What may surprise outsiders is that this is Northern Ireland. The drinkers in the bar of the Royal North of Ireland Yacht Club at Cultra are members of the North Down Set, living in the province's most exclusive area. Their common theme is gold: the Gold Coast, Golden Mile, Golden Crescent, Golden Triangle.

Here, behind high hedges and winding driveways shaded by chestnut trees, the bourgeoisie hang their hats. 'His and hers' Jaguars and Mercedes sports cars sit one behind another. Luxury mansions, many with their own tennis courts and swimming pools, sit in this leafy wonderland untouched by the ravages of economic downturn. Here is an elite that has largely escaped the slump in the rest of the United Kingdom.

As the man at Belfast's Porsche dealership put it: 'People think of Northern Ireland as a black hole with bombings. They don't realise that people here can have a rather nice life.'

This 'rather nice life' is due to the large amounts of spare cash people have in their pockets because houses cost a fraction of the equivalent elsewhere in the UK. Take Derek Coates, sitting by the bowling green of the Crawfordsburn Country Club. 'You can still buy a semi-detached first home for pounds 28,000 here,' he says. 'It would cost pounds 60,000 at least in England. In Crawfordsburn village a regular bungalow would be pounds 58,000, but anywhere else it would be over pounds 100,000.'

Part of the reason for this discrepancy is that when house prices elsewhere started to go through the roof, they progressed gently in Northern Ireland. 'When house prices start to rise repeatedly, you get a speculative effect,' said Graham Gudgin, director of the Northern Ireland Economic Research Council. 'People borrow more money than they can afford merely because they see gains to be made greater than their income. It never happened here.'

The result is the lowest cost of living in the UK, around 20 per cent below the national average. Even when house prices are removed from the equation and the greater expense of basics is taken into consideration, those at the top are still better off. Luxuries such as the golf club and school fees are cheaper.

Buoyant consumer spending drew leading high street names into Northern Ireland and kept stores at the top of turnover league tables. 'There is simply more disposable income here,' said Alan Espey, owner of a department store in Newtownards, Co Down. 'We have not suffered from the recession at all.'

Even manufacturing has fared well. The historical need to export two thirds of everything produced means that Northern Ireland industry has long spread its risks. Output has shown virtually no fall and average growth almost matches the rest of the UK over the past decade, despite the boom that never came. The vast numbers employed in the public sector - at 40 per cent of the workforce, twice that of the rest of the UK - and the meagre pay rises they receive, served as a drag on the economy during the boom years.

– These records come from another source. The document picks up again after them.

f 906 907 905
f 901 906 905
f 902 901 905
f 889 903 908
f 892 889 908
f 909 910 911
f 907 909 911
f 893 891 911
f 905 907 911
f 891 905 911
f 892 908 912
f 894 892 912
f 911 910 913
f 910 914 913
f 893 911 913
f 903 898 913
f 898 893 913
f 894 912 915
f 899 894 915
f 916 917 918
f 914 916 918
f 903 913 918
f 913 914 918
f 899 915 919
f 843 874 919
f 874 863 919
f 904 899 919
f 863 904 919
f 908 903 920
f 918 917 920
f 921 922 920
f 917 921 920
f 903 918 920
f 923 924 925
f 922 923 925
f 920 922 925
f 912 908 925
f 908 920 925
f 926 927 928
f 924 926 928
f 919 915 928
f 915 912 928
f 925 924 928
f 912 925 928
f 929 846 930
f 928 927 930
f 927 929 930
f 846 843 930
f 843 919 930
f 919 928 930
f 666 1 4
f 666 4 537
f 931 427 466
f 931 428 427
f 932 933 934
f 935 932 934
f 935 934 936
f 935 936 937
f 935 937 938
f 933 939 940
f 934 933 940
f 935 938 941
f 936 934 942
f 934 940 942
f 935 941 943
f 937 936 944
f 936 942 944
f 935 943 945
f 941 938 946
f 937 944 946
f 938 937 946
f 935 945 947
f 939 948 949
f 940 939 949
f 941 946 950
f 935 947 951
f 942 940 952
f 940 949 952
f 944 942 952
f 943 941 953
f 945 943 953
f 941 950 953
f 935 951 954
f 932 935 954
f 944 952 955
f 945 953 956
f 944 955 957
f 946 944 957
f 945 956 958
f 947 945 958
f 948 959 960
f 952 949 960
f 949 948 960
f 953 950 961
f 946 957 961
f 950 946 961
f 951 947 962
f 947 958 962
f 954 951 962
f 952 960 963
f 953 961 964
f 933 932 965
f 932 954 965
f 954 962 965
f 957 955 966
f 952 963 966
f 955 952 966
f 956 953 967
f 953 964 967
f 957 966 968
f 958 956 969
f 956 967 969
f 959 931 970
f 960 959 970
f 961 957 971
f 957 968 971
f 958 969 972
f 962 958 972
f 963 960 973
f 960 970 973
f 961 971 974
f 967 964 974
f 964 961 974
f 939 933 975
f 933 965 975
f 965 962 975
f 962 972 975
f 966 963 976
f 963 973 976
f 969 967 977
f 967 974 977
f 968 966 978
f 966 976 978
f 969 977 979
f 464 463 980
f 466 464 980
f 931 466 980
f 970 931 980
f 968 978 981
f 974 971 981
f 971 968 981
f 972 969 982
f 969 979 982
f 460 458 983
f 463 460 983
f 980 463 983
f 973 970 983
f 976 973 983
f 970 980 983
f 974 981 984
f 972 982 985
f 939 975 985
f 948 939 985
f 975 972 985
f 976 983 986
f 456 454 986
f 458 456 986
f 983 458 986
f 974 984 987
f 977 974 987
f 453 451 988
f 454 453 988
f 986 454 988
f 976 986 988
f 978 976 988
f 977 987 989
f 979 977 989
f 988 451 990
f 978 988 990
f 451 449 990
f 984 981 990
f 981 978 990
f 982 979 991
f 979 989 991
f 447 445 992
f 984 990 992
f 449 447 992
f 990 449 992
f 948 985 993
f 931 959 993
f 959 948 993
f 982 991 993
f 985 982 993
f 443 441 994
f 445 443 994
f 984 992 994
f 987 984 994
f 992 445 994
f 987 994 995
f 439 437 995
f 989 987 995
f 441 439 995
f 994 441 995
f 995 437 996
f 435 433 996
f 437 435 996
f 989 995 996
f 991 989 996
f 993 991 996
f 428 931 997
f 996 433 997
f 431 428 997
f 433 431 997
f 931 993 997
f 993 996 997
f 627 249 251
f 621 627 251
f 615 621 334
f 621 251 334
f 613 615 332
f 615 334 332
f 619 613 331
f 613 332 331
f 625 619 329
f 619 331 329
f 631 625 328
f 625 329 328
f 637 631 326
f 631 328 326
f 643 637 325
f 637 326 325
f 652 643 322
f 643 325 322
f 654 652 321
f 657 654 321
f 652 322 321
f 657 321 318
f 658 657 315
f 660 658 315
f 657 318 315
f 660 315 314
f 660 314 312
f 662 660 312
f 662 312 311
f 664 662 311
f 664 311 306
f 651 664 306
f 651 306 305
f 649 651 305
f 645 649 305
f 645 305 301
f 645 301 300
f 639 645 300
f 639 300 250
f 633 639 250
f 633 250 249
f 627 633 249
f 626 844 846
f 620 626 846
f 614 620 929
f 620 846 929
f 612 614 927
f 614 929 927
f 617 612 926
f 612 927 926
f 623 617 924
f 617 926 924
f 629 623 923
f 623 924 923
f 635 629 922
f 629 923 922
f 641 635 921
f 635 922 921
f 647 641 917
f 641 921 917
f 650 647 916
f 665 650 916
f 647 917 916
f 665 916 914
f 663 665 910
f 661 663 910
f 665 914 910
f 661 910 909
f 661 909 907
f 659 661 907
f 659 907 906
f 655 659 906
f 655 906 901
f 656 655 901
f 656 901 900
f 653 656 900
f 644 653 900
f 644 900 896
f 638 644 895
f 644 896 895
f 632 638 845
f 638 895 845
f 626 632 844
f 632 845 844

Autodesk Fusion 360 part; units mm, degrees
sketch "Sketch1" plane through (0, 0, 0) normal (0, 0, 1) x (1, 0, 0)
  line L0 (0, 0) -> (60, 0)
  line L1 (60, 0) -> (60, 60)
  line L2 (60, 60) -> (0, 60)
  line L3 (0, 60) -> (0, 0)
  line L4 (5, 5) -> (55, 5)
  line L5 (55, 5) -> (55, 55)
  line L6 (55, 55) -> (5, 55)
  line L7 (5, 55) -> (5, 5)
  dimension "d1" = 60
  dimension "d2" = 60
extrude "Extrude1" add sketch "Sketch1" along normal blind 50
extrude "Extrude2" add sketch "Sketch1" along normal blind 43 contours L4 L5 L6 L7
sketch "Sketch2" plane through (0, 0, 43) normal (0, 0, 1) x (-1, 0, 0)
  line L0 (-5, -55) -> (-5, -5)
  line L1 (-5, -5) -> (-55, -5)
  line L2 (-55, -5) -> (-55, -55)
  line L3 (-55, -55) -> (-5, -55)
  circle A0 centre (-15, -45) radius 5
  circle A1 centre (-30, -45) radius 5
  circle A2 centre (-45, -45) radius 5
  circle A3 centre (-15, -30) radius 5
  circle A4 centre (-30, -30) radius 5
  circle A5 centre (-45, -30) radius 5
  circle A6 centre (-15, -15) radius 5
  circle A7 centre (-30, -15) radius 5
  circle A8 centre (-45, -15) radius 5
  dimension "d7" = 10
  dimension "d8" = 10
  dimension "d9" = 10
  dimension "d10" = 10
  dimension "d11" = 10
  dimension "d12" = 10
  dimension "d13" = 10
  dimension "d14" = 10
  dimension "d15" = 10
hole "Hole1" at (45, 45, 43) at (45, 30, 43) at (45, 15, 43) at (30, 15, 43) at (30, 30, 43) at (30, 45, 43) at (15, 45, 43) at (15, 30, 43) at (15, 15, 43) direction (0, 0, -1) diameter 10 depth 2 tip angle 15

This has helped to make the province all but recession- proof. The Government provides about pounds 6bn in grants annually, 50 per cent more per head than elsewhere in the kingdom. Inevitably a sizeable chunk of that is spent on countering terrorism, or paying for the after-effects. But even that can be good for business, whether for lawyers involved in trials, or tradesman rebuilding bombed towns. 'The glaziers and builders have done rather nicely out of the bomb in Newtownards just recently,' said Mr Espey.

Unemployment, however, remains stubbornly high. With a rate of around 14 per cent, it is the worst region in the UK. At the yacht club, Jill Nelson concedes: 'There is a wide gulf between the haves, who are in work, and have-nots. It shows up particularly in this area.'

One crude indicator is the number of roads marked 'private'. So common is the warning that newer signs opt for 'strictly private'. In this Belfast commuter belt bounded by Hollywood, Cultra, Craigavad, Helen's Bay, Crawfordsburn and Bangor, the North Down Set disposes of its disposable income. The wealthiest - top civil servants, judges, doctors, barristers and business people - congregate around the most exclusive watering holes: the Elysium health club (also known as the Asylum), charging central London prices, the Royal Ulster Yacht Club, and the Royal Belfast Golf Club, at the end of one of those private roads. For the slightly less charmed there are another five golf clubs and four other yacht clubs.

Even the 'Troubles' can't dampen enthusiasm. Arguments, well rehearsed, point to crime surveys showing Northern Ireland with the lowest crime rate in the industrialised world after Japan, even after terrorism is taken into account. In any case, violence rarely intrudes on this wealthy idyll.

As Paul Megarity, a founder member of North Down Conservative Association, put it: 'I think it's a polite two-fingered gesture to the Troubles. I'm sure that if, heaven forbid, the clubhouse of the Royal Belfast was blown up, they would still make it to the first tee on Saturday morning.'

(Photograph omitted)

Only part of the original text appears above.